Das "nie" stört mich. Was ist dann mit _*G*uckloch_ (_*G*uckfenster_ steht sogar im Duden)?


----------



## MrMagoo

Whodunit said:


> Schön, dann kann ich jetzt auch darauf antworten. Die Sache mit der Tastatur lässt sich leicht regeln: Wenn deine Maus noch funktioniert , klicke auf Start>Alle Programme>Zubehör>Eingabehilfen>Bildschrimtastatur. Passiert mir halt auch hin und wieder.



Werde ich mir merken fürs nächste Mal!  Danke für den Tip!




> Das "nie" stört mich. Was ist dann mit _*G*uckloch_ (_*G*uckfenster_ steht sogar im Duden)?



Für mich fällt das ebenfalls in diese Kategorie: Ich sage "Kuckloch" und "Kuckfenster" obwohl ich eigentlich "g" im Anlaut schreibe.


----------



## Whodunit

MrMagoo said:


> Für mich fällt das ebenfalls in diese Kategorie: Ich sage "Kuckloch" und "Kuckfenster" obwohl ich eigentlich "g" im Anlaut schreibe.


 
Ich habe gerade noch einmal darüber nachgedacht und bin zu dem Entschluss gekommen, dass wir hier des Öfteren "gucken" oder "guggen" sagen.
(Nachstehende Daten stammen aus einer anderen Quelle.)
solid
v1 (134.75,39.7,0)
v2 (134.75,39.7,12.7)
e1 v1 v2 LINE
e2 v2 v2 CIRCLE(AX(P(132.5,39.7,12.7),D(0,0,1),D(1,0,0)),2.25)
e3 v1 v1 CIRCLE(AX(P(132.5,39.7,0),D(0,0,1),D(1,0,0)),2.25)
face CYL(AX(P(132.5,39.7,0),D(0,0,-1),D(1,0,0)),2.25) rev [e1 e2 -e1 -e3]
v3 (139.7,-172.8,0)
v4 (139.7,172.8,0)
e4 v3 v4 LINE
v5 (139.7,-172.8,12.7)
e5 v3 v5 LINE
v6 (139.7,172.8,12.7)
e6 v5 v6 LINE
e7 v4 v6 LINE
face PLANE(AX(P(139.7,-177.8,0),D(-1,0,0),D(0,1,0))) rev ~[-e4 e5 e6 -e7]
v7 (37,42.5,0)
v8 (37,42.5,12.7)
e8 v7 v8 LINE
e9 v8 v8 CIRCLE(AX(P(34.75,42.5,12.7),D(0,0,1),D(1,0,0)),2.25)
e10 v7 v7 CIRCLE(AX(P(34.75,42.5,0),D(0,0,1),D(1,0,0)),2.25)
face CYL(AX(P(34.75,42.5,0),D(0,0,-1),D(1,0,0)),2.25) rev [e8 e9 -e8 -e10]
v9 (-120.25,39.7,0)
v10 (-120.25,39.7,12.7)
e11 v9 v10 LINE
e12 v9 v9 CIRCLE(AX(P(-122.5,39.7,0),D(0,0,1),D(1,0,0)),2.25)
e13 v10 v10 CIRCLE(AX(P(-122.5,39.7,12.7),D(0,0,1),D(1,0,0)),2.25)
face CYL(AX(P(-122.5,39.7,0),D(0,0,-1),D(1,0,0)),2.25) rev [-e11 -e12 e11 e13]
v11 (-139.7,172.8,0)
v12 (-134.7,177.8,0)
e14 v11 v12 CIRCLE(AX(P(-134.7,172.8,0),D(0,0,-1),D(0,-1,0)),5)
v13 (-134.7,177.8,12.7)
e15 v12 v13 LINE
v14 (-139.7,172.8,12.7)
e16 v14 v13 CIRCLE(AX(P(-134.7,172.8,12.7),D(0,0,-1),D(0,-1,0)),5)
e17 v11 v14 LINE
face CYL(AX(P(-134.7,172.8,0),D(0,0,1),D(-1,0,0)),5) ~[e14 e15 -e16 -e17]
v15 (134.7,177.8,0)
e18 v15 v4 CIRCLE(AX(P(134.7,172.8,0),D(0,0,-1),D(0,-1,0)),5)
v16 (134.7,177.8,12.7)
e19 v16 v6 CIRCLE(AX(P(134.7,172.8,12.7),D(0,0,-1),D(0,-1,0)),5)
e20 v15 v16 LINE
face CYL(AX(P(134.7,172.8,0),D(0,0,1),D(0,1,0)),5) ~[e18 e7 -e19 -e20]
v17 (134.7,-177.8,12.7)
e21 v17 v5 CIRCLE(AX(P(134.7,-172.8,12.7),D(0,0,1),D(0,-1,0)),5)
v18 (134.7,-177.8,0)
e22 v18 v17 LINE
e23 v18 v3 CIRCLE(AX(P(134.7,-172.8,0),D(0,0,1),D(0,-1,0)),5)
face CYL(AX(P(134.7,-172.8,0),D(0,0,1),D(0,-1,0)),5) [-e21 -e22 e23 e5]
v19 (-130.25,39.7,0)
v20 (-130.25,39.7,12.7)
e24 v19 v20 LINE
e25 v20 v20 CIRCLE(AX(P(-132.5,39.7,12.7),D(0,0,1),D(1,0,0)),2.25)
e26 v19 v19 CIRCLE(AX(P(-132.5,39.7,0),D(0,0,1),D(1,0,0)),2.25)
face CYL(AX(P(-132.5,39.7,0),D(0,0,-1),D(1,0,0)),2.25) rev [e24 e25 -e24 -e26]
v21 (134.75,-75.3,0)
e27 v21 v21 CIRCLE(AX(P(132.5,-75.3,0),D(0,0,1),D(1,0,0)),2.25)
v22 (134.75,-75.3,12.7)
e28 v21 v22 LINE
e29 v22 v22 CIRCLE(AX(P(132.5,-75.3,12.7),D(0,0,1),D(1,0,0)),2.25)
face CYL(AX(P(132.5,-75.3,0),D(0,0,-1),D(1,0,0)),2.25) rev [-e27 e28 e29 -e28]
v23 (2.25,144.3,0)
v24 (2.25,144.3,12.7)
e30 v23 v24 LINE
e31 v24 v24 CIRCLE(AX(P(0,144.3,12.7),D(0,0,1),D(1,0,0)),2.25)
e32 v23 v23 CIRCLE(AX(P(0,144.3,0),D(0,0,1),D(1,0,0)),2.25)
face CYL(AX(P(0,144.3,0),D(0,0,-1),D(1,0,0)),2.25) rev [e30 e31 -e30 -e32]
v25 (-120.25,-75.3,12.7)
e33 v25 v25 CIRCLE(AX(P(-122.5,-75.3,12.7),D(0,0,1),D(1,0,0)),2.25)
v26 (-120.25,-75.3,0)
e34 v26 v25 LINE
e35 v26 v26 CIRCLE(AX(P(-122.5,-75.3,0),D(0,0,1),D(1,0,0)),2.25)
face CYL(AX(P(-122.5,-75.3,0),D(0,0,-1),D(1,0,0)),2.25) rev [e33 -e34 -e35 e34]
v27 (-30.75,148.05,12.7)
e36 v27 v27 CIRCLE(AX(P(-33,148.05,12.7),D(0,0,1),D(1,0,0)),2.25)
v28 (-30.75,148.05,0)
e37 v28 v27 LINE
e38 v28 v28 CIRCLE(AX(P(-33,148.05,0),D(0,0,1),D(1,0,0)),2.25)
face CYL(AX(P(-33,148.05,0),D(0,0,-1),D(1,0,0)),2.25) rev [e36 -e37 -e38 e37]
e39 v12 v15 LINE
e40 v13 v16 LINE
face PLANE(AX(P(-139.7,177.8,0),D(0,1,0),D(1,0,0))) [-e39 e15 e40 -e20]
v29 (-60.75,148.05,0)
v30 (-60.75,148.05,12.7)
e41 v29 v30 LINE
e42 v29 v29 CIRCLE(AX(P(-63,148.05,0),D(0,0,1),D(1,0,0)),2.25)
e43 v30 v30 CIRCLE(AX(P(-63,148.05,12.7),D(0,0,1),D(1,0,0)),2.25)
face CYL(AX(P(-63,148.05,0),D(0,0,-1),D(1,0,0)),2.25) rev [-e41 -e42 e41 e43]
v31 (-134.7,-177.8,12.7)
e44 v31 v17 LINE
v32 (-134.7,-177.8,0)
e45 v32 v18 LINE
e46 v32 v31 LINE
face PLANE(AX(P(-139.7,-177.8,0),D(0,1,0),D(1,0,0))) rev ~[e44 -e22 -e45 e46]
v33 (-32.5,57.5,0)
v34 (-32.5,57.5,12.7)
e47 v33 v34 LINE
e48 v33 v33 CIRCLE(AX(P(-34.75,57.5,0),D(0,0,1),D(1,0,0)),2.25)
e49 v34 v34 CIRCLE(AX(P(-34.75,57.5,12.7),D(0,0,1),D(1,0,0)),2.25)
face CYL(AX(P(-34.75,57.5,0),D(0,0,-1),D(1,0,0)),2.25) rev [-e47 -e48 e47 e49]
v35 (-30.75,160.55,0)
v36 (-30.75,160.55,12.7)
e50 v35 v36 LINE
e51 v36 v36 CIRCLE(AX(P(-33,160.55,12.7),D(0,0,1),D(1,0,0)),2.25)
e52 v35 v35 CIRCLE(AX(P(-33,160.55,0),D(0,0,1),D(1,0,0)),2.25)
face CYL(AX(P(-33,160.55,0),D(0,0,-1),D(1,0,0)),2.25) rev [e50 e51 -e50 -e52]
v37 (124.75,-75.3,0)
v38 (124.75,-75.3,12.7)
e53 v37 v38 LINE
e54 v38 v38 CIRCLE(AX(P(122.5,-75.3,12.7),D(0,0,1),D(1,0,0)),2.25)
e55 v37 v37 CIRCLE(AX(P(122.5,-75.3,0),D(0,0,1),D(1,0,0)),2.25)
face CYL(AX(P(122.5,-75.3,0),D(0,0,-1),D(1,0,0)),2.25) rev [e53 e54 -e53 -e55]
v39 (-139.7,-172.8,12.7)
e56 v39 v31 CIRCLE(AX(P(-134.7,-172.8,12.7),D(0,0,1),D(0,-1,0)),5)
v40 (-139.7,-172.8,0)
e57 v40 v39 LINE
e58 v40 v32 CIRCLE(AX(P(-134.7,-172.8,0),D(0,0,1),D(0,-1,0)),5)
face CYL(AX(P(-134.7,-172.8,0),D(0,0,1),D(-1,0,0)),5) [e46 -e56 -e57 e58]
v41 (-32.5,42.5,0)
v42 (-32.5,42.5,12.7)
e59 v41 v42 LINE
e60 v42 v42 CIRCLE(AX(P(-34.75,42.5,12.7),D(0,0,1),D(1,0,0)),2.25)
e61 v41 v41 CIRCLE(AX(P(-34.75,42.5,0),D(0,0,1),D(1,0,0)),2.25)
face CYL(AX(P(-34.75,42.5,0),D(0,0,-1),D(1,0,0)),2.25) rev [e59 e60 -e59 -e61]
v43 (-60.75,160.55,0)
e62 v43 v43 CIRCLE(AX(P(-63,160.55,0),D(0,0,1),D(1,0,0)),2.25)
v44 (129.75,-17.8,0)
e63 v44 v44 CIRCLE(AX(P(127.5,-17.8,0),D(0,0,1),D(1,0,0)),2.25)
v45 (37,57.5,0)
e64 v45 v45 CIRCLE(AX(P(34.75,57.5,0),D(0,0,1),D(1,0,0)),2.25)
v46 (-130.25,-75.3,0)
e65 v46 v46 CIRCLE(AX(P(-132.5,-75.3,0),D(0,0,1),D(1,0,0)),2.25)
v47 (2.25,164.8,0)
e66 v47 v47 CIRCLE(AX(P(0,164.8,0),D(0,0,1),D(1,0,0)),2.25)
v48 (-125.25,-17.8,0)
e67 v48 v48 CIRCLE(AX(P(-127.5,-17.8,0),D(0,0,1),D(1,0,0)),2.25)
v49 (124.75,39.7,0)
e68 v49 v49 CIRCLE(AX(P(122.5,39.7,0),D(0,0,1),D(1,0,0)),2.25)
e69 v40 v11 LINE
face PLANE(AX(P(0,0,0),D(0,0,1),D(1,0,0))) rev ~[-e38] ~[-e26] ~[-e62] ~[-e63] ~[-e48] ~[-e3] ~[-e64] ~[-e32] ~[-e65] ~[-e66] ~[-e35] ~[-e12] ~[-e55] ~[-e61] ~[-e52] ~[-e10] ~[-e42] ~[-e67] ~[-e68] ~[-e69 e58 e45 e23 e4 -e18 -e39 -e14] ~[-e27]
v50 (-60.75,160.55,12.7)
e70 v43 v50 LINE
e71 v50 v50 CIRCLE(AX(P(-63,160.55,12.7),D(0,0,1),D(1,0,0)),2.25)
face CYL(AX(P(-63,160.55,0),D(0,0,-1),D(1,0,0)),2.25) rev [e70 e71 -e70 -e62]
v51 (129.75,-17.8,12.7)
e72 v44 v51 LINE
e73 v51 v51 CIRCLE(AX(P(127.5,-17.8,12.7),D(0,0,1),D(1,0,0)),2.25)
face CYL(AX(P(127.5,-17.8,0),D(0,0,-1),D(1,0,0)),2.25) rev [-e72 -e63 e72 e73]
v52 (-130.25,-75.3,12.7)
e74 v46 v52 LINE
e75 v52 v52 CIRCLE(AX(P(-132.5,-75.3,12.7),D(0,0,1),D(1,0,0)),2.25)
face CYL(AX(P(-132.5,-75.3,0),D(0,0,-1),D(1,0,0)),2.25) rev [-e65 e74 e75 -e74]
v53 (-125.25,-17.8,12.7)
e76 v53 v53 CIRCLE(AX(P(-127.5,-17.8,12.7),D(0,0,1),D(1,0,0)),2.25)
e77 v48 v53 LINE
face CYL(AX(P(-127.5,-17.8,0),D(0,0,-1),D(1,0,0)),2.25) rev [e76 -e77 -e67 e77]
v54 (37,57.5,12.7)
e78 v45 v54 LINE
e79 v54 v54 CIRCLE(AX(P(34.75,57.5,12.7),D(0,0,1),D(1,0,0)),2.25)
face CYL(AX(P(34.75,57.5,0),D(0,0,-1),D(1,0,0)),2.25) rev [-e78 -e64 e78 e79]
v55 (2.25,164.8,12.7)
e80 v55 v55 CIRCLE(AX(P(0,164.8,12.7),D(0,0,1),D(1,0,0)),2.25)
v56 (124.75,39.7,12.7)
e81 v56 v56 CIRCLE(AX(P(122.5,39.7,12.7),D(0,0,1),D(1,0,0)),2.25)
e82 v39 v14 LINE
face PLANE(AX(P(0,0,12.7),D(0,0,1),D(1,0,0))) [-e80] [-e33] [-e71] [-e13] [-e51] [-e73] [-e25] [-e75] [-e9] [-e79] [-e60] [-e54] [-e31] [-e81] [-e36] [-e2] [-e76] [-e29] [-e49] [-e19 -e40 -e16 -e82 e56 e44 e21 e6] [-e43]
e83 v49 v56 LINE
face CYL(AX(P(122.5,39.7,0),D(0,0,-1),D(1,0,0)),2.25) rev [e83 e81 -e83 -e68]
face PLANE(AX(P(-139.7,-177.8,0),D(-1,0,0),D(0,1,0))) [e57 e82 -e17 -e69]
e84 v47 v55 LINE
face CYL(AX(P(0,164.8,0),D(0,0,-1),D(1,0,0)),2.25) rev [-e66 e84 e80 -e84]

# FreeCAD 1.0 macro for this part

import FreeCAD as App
import Part
import Sketcher

V = App.Vector
Q = App.Units.Quantity


def edges_at(feature, points):
    """Names of the edges that pass closest to the given points."""
    edges = feature.Shape.Edges
    near = lambda p: min(range(len(edges)), key=lambda i: edges[i].distToShape(Part.Vertex(*p))[0])
    return sorted({f"Edge{near(p) + 1}" for p in points})

doc = App.newDocument("Part")
body = doc.addObject("PartDesign::Body", "Body")

# Sketch on XY plane
sketch1 = body.newObject("Sketcher::SketchObject", "Sketch")
sketch1.AttachmentSupport = (doc.getObject("XY_Plane"), [""])
sketch1.MapMode = "FlatFace"
sketch1.addGeometry([
    Part.LineSegment(V(-139.7, 177.8, 0), V(-139.7, -177.8, 0)),  # 0
    Part.LineSegment(V(-139.7, -177.8, 0), V(139.7, -177.8, 0)),  # 1
    Part.LineSegment(V(139.7, -177.8, 0), V(139.7, 177.8, 0)),  # 2
    Part.LineSegment(V(139.7, 177.8, 0), V(-139.7, 177.8, 0)),  # 3
    Part.Circle(V(-132.5, -75.3, 0), V(0, 0, 1), 2.2),  # 4
    Part.Circle(V(-122.5, -75.3, 0), V(0, 0, 1), 2.2),  # 5
    Part.Circle(V(-127.5, -17.8, 0), V(0, 0, 1), 2.2),  # 6
    Part.Circle(V(-132.5, 39.7, 0), V(0, 0, 1), 2.2),  # 7
    Part.Circle(V(-122.5, 39.7, 0), V(0, 0, 1), 2.2),  # 8
    Part.Circle(V(-34.8, 42.5, 0), V(0, 0, 1), 2.2),  # 9
    Part.Circle(V(122.5, -75.3, 0), V(0, 0, 1), 2.2),  # 10
    Part.Circle(V(132.5, -75.3, 0), V(0, 0, 1), 2.2),  # 11
    Part.Circle(V(127.5, -17.8, 0), V(0, 0, 1), 2.2),  # 12
    Part.Circle(V(34.8, 42.5, 0), V(0, 0, 1), 2.2),  # 13
    Part.Circle(V(122.5, 39.7, 0), V(0, 0, 1), 2.2),  # 14
    Part.Circle(V(132.5, 39.7, 0), V(0, 0, 1), 2.2),  # 15
    Part.Circle(V(-34.8, 57.5, 0), V(0, 0, 1), 2.2),  # 16
    Part.Circle(V(-63, 148.1, 0), V(0, 0, 1), 2.2),  # 17
    Part.Circle(V(-63, 160.6, 0), V(0, 0, 1), 2.2),  # 18
    Part.Circle(V(-33, 148.1, 0), V(0, 0, 1), 2.2),  # 19
    Part.Circle(V(-33, 160.6, 0), V(0, 0, 1), 2.2),  # 20
    Part.Circle(V(34.8, 57.5, 0), V(0, 0, 1), 2.2),  # 21
    Part.Circle(V(0, 144.3, 0), V(0, 0, 1), 2.2),  # 22
    Part.Circle(V(0, 164.8, 0), V(0, 0, 1), 2.2),  # 23
], False)
sketch1.addConstraint([
    Sketcher.Constraint("Coincident", 0, 2, 1, 1),
    Sketcher.Constraint("Coincident", 1, 2, 2, 1),
    Sketcher.Constraint("Coincident", 2, 2, 3, 1),
    Sketcher.Constraint("Coincident", 3, 2, 0, 1),
    Sketcher.Constraint("Vertical", 0),
    Sketcher.Constraint("Horizontal", 1),
    Sketcher.Constraint("Vertical", 2),
    Sketcher.Constraint("Horizontal", 3),
    Sketcher.Constraint("Equal", 4, 5),
    Sketcher.Constraint("Equal", 5, 6),
    Sketcher.Constraint("Equal", 6, 7),
    Sketcher.Constraint("Equal", 7, 8),
    Sketcher.Constraint("Equal", 8, 9),
    Sketcher.Constraint("Equal", 9, 10),
    Sketcher.Constraint("Equal", 10, 11),
    Sketcher.Constraint("Equal", 11, 12),
    Sketcher.Constraint("Equal", 12, 13),
    Sketcher.Constraint("Equal", 13, 14),
    Sketcher.Constraint("Equal", 14, 15),
    Sketcher.Constraint("Equal", 15, 16),
    Sketcher.Constraint("Equal", 16, 17),
    Sketcher.Constraint("Equal", 17, 18),
    Sketcher.Constraint("Equal", 18, 19),
    Sketcher.Constraint("Equal", 19, 20),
Eigentlich kannst du hier alle Varianten davon hören ...


----------



## MrMagoo

Whodunit said:


> Ich habe gerade noch einmal darüber nachgedacht und bin zu dem Entschluss gekommen, dass wir hier des Öfteren "gucken" oder "guggen" sagen. Eigentlich kannst du hier alle Varianten davon hören ...



Jap, nur haben viele ostdeutsche Mundarten die Eigenart, stimmhafte und stimmlose Konsonantenpaare zu "verwechseln", es werden b und p, d und t, g und k sehr stark angeähnelt, sodaß die Unterscheidung beinahe schwindet. 
Jemand wie ich, der diese Mundarten nicht gewohnt ist, hat daher hin und wieder Verständnisprobleme bei solchen Wörtern... 
Das ist hier aber wie gesagt eine Eigentümlichkeit einiger ostdeutscher Mundarten, die aber nicht für die generelle Verteilung g vs. k gilt.


----------